In Step 4, we focus on the real-time adaptation of the resource allocation process within Cloud-IoT systems. This step addresses the dynamic nature of IoT environments, where workloads and system conditions can change unpredictably. Real-time adaptation ensures that the Cloud-IoT infrastructure can respond to these changes and adjust the allocation of resources on-the-fly to maintain system performance, minimize latency, and optimize resource utilization. This adaptation process integrates a feedback mechanism that continuously monitors the system’s state and modifies the resource allocation strategy based on real-time data, ensuring an efficient and balanced distribution of resources.

Understanding Real-Time Adaptation in Cloud-IoT

The dynamic nature of IoT systems implies that the resource demands from connected devices are highly variable and subject to sudden spikes or drops. These changes could result from various factors, such as fluctuating user activity, network conditions, or the arrival of new IoT devices with different requirements. In order to optimize resource allocation, it is essential to monitor the real-time conditions of both the cloud infrastructure and IoT devices and adapt the resource distribution accordingly.

Real-time adaptation focuses on modifying the resource allocation in response to variations in IoT device demand, cloud resource availability, and network conditions. To achieve this, we propose an adaptation model that integrates feedback loops that dynamically adjust the resource allocation policy based on the real-time conditions observed in the system.

Parameters for Real-Time Adaptation

The real-time adaptation model uses various parameters to evaluate the system's state and adjust the resource allocation dynamically:

R_(t): A vector representing resources assigned to n IoT devices at time t. The allocation, R(t)= (R_1 (t),R_2 (t),… R_n (t)) includes components such as CPU, memory, bandwidth, and storage.

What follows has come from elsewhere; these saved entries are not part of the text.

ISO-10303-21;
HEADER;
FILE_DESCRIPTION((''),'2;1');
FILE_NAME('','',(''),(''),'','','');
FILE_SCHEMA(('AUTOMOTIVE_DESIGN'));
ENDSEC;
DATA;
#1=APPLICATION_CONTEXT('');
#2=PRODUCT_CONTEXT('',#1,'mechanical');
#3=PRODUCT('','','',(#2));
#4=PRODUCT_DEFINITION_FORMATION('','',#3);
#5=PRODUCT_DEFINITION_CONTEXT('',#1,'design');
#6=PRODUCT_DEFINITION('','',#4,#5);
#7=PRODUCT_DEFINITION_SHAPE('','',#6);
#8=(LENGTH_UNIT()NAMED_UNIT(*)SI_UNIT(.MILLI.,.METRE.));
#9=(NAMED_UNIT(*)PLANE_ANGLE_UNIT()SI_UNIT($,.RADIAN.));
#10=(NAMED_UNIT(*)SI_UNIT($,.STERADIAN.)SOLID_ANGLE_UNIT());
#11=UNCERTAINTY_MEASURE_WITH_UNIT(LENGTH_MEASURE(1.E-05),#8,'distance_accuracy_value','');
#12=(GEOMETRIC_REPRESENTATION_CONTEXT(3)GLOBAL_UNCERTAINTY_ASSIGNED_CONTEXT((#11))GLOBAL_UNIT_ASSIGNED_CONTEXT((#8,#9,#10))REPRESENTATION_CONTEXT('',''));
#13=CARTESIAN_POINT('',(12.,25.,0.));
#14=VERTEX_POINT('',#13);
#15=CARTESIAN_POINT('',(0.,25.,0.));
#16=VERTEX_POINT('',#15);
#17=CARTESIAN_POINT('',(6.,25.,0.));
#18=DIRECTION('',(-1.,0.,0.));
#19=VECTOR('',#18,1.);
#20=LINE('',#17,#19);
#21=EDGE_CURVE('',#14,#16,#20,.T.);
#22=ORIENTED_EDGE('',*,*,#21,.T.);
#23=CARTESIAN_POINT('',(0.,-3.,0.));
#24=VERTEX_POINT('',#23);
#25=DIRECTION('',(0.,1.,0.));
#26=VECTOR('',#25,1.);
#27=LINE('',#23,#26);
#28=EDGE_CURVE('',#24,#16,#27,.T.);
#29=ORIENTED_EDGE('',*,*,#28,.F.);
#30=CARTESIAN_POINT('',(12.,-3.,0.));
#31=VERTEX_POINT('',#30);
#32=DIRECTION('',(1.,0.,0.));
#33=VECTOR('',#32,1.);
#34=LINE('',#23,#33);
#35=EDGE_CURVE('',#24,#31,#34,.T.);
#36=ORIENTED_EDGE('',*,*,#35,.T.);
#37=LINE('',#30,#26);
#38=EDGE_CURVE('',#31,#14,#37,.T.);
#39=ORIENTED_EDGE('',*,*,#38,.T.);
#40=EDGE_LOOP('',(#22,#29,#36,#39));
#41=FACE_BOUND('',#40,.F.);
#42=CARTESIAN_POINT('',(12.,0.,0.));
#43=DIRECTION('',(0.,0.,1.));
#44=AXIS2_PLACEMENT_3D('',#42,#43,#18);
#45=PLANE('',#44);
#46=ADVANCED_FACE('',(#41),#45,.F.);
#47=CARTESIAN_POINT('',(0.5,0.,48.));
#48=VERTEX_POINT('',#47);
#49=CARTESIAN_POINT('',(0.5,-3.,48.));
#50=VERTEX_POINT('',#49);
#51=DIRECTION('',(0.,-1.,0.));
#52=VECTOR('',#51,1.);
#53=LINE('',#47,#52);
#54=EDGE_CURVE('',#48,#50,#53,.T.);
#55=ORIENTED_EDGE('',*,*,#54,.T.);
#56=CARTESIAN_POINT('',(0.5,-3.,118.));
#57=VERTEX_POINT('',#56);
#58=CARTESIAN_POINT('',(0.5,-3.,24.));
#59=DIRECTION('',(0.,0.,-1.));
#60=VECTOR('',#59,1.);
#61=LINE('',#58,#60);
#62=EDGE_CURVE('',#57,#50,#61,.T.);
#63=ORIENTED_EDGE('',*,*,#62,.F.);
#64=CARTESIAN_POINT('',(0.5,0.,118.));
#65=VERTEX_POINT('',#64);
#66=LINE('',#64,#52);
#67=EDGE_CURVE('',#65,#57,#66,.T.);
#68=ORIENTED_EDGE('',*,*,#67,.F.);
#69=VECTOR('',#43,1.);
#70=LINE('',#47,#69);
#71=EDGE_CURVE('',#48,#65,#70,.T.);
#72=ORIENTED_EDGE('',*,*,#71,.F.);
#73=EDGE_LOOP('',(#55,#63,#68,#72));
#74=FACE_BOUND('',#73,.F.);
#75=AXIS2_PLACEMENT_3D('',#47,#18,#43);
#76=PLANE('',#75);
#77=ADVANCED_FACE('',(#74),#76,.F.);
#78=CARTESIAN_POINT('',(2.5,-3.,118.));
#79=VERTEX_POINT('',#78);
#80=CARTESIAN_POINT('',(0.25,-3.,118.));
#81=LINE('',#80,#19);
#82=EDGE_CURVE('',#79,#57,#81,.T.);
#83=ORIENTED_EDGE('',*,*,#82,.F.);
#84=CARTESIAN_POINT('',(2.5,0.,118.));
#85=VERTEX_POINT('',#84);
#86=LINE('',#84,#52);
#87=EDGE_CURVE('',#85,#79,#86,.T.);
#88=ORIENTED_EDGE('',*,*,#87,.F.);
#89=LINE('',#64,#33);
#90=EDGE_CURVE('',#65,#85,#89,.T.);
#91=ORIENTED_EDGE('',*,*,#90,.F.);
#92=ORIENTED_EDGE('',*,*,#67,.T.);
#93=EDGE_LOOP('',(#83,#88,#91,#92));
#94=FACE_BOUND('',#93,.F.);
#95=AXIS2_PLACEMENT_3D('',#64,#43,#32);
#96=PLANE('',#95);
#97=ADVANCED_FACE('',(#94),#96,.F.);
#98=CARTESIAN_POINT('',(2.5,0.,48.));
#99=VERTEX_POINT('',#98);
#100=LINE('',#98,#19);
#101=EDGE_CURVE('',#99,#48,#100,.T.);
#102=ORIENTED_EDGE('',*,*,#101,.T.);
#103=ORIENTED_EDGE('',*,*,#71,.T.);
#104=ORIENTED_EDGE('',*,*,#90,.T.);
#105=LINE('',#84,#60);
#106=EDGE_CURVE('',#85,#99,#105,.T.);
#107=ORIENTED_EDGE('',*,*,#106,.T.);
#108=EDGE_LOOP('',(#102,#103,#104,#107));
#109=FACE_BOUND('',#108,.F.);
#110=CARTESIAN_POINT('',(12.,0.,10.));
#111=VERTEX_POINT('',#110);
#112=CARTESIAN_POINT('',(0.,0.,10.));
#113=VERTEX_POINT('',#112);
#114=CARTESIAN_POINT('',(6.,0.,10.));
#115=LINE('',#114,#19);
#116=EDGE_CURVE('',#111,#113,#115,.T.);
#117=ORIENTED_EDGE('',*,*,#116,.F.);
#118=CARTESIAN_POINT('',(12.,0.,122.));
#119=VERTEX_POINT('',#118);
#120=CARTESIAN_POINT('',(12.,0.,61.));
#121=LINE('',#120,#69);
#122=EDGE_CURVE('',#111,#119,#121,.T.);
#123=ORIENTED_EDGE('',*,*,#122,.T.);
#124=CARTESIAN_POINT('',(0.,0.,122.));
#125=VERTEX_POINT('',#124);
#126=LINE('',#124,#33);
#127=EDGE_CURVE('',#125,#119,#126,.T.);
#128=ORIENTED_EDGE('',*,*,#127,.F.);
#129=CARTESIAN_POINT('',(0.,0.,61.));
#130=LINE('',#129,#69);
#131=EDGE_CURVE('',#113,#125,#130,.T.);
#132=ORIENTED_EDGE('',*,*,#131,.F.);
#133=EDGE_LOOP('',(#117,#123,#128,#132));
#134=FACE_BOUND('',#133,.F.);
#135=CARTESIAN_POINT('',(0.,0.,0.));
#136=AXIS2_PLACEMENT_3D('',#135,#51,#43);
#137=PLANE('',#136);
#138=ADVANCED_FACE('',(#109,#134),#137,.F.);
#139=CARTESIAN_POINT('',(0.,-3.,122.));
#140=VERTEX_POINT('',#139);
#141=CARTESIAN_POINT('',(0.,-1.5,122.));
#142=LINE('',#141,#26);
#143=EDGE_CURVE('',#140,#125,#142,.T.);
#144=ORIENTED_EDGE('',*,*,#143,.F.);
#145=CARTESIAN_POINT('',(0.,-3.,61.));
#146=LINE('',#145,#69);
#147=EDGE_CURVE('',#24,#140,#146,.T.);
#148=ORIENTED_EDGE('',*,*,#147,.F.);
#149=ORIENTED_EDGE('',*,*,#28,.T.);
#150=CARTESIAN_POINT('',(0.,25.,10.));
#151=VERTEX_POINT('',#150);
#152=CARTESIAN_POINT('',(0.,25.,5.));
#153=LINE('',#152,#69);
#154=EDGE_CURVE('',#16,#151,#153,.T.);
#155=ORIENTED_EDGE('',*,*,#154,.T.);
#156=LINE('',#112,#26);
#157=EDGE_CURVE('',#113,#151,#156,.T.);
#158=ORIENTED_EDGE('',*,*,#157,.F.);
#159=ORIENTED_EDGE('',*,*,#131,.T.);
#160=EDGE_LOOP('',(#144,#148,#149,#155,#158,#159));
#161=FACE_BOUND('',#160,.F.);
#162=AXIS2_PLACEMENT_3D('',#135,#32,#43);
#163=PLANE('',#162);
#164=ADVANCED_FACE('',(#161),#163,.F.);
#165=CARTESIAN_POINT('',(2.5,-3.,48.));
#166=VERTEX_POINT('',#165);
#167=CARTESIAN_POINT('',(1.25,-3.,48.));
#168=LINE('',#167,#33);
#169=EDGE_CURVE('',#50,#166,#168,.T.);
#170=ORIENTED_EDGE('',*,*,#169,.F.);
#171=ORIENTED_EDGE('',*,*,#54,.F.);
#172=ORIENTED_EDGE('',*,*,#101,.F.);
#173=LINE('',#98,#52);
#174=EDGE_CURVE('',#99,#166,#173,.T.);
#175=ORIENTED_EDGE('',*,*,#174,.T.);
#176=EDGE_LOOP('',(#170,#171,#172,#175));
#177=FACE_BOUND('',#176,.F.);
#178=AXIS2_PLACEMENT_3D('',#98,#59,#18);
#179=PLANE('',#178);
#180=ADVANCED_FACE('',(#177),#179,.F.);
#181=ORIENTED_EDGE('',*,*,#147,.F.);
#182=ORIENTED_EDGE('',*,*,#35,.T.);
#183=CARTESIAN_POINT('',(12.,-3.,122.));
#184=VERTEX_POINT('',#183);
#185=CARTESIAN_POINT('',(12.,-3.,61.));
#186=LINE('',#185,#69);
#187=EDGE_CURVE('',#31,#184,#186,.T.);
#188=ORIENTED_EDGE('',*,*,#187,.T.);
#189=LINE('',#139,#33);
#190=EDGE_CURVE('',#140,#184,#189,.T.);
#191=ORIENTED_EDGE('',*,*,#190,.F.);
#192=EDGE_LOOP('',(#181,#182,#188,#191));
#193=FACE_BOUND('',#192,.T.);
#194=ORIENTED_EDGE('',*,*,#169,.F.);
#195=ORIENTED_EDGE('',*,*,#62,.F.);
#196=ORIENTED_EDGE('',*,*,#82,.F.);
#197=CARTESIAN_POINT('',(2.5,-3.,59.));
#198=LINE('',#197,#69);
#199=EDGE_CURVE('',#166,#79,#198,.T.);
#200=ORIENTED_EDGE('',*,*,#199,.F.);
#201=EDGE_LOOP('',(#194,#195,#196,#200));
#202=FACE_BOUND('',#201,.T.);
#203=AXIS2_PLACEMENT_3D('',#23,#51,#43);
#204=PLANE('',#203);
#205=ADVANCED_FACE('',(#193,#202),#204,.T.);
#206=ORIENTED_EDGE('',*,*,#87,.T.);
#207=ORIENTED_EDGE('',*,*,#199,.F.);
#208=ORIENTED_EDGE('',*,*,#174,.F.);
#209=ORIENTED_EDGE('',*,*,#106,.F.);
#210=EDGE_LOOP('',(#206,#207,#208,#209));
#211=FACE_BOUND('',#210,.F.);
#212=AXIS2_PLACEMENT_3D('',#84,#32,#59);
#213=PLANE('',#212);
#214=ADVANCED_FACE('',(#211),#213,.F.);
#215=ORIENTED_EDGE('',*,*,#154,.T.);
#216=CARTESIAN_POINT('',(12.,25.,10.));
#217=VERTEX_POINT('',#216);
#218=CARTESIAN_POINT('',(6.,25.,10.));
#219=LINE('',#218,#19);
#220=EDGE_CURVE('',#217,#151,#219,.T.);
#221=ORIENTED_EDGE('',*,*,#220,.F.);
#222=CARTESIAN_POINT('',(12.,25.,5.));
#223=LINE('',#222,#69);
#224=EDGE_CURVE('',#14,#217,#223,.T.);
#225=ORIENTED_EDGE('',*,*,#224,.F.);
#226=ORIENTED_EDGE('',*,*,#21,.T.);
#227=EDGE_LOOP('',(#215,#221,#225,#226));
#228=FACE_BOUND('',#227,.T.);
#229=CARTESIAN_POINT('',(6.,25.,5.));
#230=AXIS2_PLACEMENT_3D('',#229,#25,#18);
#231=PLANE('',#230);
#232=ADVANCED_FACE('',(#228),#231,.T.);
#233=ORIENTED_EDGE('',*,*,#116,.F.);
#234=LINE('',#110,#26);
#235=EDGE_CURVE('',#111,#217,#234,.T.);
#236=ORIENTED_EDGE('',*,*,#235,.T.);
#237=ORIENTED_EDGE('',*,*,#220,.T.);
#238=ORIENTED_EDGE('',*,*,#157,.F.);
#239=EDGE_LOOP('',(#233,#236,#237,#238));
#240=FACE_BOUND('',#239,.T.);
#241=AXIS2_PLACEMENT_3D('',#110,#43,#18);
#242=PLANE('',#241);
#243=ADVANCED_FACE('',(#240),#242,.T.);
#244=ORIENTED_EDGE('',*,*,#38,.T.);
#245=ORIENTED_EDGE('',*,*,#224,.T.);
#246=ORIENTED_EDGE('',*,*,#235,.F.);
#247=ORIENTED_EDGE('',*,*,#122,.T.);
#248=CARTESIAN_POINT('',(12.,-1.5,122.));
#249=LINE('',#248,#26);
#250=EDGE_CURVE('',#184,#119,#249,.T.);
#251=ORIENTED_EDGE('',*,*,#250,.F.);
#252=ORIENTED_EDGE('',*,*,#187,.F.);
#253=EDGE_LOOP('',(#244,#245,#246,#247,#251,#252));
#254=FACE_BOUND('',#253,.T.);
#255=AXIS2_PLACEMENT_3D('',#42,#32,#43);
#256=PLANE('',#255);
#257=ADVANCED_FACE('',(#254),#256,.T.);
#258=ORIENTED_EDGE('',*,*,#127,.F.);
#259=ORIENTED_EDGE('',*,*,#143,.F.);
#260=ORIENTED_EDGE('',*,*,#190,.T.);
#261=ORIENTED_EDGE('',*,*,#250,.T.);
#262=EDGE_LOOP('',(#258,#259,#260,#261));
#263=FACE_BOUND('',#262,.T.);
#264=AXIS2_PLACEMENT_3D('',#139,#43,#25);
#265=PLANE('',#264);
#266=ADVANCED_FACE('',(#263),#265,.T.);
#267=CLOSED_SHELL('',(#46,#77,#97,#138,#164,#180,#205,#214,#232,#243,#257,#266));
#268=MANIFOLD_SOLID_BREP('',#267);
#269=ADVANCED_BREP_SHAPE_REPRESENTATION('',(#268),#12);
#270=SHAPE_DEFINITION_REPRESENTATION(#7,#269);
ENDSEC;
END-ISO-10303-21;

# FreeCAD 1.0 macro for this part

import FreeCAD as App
import Part
import Sketcher
from FreeCAD import Vector
Q = App.Units.Quantity


def add_polygon(sketch, points):
    """Adds a closed chain of lines whose ends are joined by coincident constraints."""
    first, n = sketch.GeometryCount, len(points)
    for a, b in zip(points, points[1:] + points[:1]):
        sketch.addGeometry(Part.LineSegment(App.Vector(*a, 0), App.Vector(*b, 0)), False)
    for i in range(n):
        sketch.addConstraint(Sketcher.Constraint("Coincident", first + i, 2, first + (i + 1) % n, 1))

doc = App.newDocument("Part")
body = doc.addObject("PartDesign::Body", "Body")

# Sketch on YZ plane
sketch1 = body.newObject("Sketcher::SketchObject", "Sketch")
sketch1.AttachmentSupport = (doc.getObject("YZ_Plane"), [""])
sketch1.MapMode = "FlatFace"
add_polygon(sketch1, [(-3, 122), (-3, 0), (0, 0), (0, 122)])  # lines 0-3
sketch1.addConstraint([
    Sketcher.Constraint("Vertical", 0),
    Sketcher.Constraint("Horizontal", 1),
    Sketcher.Constraint("Vertical", 2),
    Sketcher.Constraint("Horizontal", 3),
    Sketcher.Constraint("Coincident", 1, 2, -1, 1),
    Sketcher.Constraint("DistanceX", 1, 1, 1, 2, Q("3 mm")),
    Sketcher.Constraint("DistanceY", 0, 2, 0, 1, Q("122 mm")),
])
pad1 = body.newObject("PartDesign::Pad", "Pad")
pad1.Profile = sketch1
pad1.Length = 12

D_(t): A vector indicating the real-time resource demands of the devices,

where D(t)= (D_1 (t),D_2 (t),… D_n (t)) captures the dynamic requirements of each IoT device at time t.

L_j(t): The load on the j^th server or VM, updated continuously based on the workload distribution and resources allocated.

C_j: The fixed capacity of the j^th server, representing its maximum computational ability.

λ: The adaptation rate, a scalar that regulates the system's responsiveness to demand changes. Higher values of λ correspond to quicker adjustments.

δ: A feedback coefficient controlling how resource adjustments respond to current system performance metrics.

ΔR_j(t) The adjustment in resource allocation for the j^th server at time t, reflecting the realignment required to maintain load balance and system efficiency.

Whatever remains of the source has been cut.